October 21, 2014 – January 4, 2015
Philadelphia Museum of Art – 2600 Benjamin Franklin Parkway, Philadelphia (USA)
Tuesday–Sunday: 10:00 a.m.–5:00 p.m. Open until 8:45 p.m. Closed Monday.
More info : www.philamuseum.org
This major retrospective presents the work of a critical figure in the history of modern art, American photographer and filmmaker Paul Strand (1890–1976), whose archive of nearly 4,000 prints stands as a cornerstone of the Museum’s collection. Emphasizing the influential artist’s most important projects from the 1910s through the 1960s, the exhibition surveys Strand’s entire life’s work, including his breakthrough trials in abstraction and candid street portraits, close-ups of natural and machine forms, and extended explorations of the American Southwest, Mexico, New England, France, Italy, Scotland, Egypt, Morocco, Ghana, and Romania.
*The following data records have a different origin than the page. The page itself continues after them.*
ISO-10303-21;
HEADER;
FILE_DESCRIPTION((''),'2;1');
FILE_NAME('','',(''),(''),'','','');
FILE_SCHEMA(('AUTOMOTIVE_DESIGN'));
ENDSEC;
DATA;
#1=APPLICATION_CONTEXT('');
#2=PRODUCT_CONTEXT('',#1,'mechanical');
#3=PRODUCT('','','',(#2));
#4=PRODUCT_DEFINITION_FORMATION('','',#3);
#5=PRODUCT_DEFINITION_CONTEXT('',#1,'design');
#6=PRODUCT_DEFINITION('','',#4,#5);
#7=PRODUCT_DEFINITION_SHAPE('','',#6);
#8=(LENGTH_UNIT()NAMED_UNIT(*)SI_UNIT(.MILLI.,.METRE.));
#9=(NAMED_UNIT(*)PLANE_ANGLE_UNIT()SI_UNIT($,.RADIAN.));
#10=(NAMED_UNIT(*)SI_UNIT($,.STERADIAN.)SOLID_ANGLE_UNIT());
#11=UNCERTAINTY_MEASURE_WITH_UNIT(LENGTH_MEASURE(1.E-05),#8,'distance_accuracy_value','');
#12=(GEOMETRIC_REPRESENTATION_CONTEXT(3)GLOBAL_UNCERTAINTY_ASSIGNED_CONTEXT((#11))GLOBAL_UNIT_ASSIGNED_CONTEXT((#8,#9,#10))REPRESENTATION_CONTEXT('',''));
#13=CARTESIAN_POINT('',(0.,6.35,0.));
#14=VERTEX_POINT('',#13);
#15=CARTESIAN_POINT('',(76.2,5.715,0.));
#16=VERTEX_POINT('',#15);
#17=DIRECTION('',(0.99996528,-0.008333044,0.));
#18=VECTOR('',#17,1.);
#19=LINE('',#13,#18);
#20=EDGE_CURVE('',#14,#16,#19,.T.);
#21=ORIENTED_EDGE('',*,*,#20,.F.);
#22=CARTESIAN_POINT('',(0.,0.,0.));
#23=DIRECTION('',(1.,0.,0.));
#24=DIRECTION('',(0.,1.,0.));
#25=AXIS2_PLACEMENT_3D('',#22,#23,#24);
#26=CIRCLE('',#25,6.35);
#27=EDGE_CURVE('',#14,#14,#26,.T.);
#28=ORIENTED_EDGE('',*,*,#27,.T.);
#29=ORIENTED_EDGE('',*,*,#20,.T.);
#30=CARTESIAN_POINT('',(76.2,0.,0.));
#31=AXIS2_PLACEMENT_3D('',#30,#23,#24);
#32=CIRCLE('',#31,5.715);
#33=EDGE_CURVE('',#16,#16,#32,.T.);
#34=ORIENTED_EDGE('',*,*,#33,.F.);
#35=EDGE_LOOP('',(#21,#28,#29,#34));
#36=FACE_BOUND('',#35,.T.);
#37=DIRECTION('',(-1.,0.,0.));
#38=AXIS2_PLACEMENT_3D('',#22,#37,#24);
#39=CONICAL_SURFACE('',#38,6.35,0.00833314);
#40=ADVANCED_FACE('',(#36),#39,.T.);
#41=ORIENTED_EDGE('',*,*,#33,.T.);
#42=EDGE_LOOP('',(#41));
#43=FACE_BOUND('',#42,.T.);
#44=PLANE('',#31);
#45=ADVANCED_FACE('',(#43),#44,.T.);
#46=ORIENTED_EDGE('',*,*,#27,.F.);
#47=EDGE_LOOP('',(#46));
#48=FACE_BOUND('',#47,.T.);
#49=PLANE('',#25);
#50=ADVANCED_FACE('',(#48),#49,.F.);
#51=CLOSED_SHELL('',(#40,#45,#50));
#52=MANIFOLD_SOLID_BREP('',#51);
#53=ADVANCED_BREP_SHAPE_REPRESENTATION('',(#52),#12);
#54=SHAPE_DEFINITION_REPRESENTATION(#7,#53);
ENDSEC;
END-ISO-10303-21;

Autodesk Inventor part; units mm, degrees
ref_plane "Start Plane" through (0, 0, 0) normal (1, 0, 0) x (0, 1, 0)
ref_plane "XZ Plane" through (0, 0, 0) normal (0, 1, 0) x (-1, 0, 0)
ref_plane "XY Plane" through (0, 0, 0) normal (0, 0, 1) x (1, 0, 0)
sketch "Main Sketch" plane through (0, 0, 0) normal (0, 0, 1) x (1, 0, 0)
  line L0 (0, 0) -> (76.2, 0)
  line L1 (0, 0) -> (0, 6.35)
  line L2 (76.2, 5.715) -> (76.2, 0)
  line L3 (0, 6.35) -> (76.2, 5.715)
revolve "Revolution1" add sketch "Main Sketch" angle 360 about axis through (0, 0, 0) along (1, 0, 0)
equation "\"Length\" = 76.2"
properties part number "Shaft" material "Steel"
This exhibition includes approximately 250 of Strand’s finest prints, selected primarily from the Museum’s holdings, with important early prints from public and private collections. The wide range of imagery highlights how Strand radically changed his work at several key moments in an effort to identify photography’s pivotal role as a means of understanding and describing the modern world. The exhibition also features works by fellow artists from the Alfred Stieglitz circle (Georgia O’Keeffe, John Marin, and Arthur Dove), screenings of Strand’s films, and a selection of archival materials.